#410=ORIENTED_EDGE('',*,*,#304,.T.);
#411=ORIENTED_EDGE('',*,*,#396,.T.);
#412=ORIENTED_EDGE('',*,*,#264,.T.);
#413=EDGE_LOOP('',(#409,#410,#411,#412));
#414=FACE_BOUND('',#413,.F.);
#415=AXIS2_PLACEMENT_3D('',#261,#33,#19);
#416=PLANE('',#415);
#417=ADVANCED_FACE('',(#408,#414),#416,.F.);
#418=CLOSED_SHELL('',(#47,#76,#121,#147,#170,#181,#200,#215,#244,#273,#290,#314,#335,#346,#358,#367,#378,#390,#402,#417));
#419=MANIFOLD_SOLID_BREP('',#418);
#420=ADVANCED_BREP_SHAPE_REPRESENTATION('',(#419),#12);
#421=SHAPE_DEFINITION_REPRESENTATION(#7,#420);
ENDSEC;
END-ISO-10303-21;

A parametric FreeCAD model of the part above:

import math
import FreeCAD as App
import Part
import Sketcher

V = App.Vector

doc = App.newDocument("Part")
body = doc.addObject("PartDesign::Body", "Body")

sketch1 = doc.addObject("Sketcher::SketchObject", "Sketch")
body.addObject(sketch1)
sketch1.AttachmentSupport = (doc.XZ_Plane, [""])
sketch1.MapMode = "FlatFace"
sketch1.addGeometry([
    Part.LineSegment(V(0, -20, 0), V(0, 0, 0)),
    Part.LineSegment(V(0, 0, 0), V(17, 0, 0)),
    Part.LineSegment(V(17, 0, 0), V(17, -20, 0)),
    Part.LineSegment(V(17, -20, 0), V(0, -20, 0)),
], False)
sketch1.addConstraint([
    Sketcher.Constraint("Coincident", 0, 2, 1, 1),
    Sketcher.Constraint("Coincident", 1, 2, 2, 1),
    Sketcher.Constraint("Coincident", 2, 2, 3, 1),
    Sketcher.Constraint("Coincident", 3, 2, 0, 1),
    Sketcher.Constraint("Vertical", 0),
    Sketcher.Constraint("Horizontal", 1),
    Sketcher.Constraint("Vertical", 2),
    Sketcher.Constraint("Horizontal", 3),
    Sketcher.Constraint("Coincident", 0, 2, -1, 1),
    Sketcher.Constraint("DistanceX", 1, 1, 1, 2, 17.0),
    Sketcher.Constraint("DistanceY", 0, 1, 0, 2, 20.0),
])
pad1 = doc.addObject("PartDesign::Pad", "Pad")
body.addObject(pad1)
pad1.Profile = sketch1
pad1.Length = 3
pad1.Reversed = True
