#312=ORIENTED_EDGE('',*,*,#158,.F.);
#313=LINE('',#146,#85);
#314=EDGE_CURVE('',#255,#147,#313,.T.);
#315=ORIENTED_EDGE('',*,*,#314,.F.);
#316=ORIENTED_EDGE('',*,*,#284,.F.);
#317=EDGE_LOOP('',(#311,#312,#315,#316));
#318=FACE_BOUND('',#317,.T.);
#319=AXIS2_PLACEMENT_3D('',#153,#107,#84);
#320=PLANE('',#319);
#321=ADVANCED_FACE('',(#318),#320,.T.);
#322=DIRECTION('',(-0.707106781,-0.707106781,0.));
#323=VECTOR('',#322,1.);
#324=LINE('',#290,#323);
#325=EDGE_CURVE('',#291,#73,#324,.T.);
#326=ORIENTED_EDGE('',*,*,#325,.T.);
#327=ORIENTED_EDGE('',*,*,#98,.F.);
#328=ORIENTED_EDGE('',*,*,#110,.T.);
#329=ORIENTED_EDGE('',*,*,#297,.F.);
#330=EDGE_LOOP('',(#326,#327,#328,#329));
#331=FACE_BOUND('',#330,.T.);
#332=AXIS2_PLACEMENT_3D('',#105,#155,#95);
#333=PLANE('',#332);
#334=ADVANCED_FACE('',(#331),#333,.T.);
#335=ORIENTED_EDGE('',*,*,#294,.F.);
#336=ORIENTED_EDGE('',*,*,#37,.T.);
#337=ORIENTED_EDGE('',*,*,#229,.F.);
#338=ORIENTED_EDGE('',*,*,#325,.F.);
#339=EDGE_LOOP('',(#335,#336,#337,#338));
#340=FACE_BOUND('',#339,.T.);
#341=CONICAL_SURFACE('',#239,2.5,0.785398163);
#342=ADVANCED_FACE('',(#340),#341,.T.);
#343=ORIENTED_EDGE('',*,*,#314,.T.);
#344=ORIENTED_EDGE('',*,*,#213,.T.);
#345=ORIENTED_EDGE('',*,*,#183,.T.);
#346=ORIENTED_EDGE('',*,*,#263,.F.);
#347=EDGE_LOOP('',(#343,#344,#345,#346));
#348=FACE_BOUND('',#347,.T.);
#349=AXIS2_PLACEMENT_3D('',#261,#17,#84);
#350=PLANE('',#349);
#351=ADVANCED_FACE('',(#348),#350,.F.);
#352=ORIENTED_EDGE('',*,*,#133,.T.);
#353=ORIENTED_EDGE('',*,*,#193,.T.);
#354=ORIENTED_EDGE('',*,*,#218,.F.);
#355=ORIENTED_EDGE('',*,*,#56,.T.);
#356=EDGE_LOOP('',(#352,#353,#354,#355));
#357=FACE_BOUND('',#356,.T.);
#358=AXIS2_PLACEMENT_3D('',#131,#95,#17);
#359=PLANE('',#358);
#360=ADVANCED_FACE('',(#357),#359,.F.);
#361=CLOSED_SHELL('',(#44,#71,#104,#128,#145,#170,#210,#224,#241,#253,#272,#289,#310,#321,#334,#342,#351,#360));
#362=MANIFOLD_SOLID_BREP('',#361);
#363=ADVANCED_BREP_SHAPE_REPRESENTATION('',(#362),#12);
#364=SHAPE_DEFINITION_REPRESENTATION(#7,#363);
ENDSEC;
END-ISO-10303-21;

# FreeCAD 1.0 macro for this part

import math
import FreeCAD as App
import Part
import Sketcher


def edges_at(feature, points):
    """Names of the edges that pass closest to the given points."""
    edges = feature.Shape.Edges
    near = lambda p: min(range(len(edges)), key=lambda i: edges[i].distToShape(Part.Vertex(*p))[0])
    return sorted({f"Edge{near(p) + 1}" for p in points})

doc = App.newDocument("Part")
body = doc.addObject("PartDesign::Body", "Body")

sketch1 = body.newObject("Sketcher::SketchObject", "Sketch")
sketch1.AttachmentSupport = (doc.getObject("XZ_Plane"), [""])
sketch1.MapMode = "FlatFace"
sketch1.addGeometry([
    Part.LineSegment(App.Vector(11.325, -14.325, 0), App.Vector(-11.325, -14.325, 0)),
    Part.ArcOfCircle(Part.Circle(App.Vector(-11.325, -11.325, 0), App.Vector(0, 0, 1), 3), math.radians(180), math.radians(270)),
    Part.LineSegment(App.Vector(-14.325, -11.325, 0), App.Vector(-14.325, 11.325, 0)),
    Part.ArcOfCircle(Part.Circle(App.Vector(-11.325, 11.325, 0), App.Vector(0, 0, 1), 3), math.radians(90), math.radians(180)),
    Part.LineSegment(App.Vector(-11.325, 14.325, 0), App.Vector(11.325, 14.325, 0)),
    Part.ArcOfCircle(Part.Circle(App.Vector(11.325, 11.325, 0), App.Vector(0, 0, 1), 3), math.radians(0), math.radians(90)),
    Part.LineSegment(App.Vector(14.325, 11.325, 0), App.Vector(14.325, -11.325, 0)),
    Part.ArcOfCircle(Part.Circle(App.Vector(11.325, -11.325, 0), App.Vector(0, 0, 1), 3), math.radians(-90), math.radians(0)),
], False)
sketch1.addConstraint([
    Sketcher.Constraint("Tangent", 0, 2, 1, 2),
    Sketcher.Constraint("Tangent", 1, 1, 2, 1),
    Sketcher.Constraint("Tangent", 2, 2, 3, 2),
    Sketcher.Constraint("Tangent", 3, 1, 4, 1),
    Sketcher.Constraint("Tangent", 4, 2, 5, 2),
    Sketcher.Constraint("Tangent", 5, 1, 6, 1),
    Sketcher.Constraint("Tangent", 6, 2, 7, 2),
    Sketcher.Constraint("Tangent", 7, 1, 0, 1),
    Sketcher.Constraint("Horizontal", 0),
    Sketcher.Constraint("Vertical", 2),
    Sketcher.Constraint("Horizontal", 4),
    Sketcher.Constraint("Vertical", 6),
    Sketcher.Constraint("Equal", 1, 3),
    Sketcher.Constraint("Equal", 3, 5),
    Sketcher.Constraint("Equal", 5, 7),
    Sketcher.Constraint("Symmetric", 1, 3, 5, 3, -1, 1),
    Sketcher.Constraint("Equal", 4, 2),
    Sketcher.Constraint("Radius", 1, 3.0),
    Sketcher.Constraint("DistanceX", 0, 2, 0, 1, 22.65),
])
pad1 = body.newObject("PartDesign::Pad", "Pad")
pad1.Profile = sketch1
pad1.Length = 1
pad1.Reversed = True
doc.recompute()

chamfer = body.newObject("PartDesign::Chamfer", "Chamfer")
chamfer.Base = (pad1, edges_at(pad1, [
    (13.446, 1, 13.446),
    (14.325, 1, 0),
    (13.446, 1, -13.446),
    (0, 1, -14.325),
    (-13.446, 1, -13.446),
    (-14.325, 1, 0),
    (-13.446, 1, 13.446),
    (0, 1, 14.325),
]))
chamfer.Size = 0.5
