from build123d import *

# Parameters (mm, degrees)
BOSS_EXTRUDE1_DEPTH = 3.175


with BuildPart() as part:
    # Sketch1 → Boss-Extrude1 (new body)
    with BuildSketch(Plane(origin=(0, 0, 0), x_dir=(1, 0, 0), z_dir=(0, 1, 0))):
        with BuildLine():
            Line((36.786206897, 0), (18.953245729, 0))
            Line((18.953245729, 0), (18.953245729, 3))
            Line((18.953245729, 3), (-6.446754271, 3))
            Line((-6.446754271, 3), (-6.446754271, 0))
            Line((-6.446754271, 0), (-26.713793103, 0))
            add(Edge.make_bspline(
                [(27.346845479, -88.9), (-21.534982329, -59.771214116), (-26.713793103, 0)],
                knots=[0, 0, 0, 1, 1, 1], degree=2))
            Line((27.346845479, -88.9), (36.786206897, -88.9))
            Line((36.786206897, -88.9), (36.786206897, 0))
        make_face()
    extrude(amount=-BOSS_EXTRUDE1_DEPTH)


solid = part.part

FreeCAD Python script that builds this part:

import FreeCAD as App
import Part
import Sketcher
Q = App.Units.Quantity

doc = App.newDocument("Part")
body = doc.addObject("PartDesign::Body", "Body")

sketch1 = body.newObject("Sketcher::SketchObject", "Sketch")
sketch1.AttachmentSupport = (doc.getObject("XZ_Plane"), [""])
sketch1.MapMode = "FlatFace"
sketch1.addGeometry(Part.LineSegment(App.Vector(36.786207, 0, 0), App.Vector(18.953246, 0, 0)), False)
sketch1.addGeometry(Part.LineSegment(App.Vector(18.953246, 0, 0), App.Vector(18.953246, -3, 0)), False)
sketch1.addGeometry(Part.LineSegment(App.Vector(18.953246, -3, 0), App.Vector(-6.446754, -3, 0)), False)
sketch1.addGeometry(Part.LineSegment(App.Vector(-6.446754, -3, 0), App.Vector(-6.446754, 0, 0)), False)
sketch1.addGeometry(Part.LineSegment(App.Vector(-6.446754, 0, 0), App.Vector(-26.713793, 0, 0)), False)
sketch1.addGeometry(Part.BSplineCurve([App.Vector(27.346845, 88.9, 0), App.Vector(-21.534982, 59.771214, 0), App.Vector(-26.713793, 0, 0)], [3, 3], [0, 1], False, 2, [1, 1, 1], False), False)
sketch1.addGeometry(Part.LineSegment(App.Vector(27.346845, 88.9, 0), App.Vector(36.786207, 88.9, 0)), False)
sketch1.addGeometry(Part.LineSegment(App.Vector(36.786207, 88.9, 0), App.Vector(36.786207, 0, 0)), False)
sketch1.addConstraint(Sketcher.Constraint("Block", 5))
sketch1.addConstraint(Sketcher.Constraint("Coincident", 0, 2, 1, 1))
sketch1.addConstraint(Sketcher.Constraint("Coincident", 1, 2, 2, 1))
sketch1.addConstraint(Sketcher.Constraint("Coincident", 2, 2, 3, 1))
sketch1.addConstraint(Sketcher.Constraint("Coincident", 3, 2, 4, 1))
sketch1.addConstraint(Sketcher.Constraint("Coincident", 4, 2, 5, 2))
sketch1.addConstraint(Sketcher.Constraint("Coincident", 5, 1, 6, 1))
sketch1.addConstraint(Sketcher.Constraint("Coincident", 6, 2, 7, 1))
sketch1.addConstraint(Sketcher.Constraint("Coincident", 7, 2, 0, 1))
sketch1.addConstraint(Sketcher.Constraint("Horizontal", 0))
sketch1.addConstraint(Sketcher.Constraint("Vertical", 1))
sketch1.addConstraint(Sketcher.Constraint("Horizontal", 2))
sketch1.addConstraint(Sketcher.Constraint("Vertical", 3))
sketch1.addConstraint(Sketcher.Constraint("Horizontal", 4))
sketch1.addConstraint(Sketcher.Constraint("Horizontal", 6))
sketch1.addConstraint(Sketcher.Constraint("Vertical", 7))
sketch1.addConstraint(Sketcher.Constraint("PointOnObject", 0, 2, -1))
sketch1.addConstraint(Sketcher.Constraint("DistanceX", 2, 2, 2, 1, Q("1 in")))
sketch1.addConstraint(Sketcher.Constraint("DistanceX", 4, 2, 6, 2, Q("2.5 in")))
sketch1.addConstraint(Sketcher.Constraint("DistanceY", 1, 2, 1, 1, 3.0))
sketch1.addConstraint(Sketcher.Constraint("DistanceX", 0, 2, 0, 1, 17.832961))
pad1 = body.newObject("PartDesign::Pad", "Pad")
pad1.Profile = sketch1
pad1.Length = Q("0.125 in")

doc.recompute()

*-*-*

## Problem details
Which lines run from the first of the listing to the line containing "#420=ADVANCED_BREP_SHAPE_REPRESENTATION('',(#419),#12);"? Reproduce those exactly, both ends included.

## Solution for this task
#410=ORIENTED_EDGE('',*,*,#304,.T.);
#411=ORIENTED_EDGE('',*,*,#396,.T.);
#412=ORIENTED_EDGE('',*,*,#264,.T.);
#413=EDGE_LOOP('',(#409,#410,#411,#412));
#414=FACE_BOUND('',#413,.F.);
#415=AXIS2_PLACEMENT_3D('',#261,#33,#19);
#416=PLANE('',#415);
#417=ADVANCED_FACE('',(#408,#414),#416,.F.);
#418=CLOSED_SHELL('',(#47,#76,#121,#147,#170,#181,#200,#215,#244,#273,#290,#314,#335,#346,#358,#367,#378,#390,#402,#417));
#419=MANIFOLD_SOLID_BREP('',#418);
#420=ADVANCED_BREP_SHAPE_REPRESENTATION('',(#419),#12);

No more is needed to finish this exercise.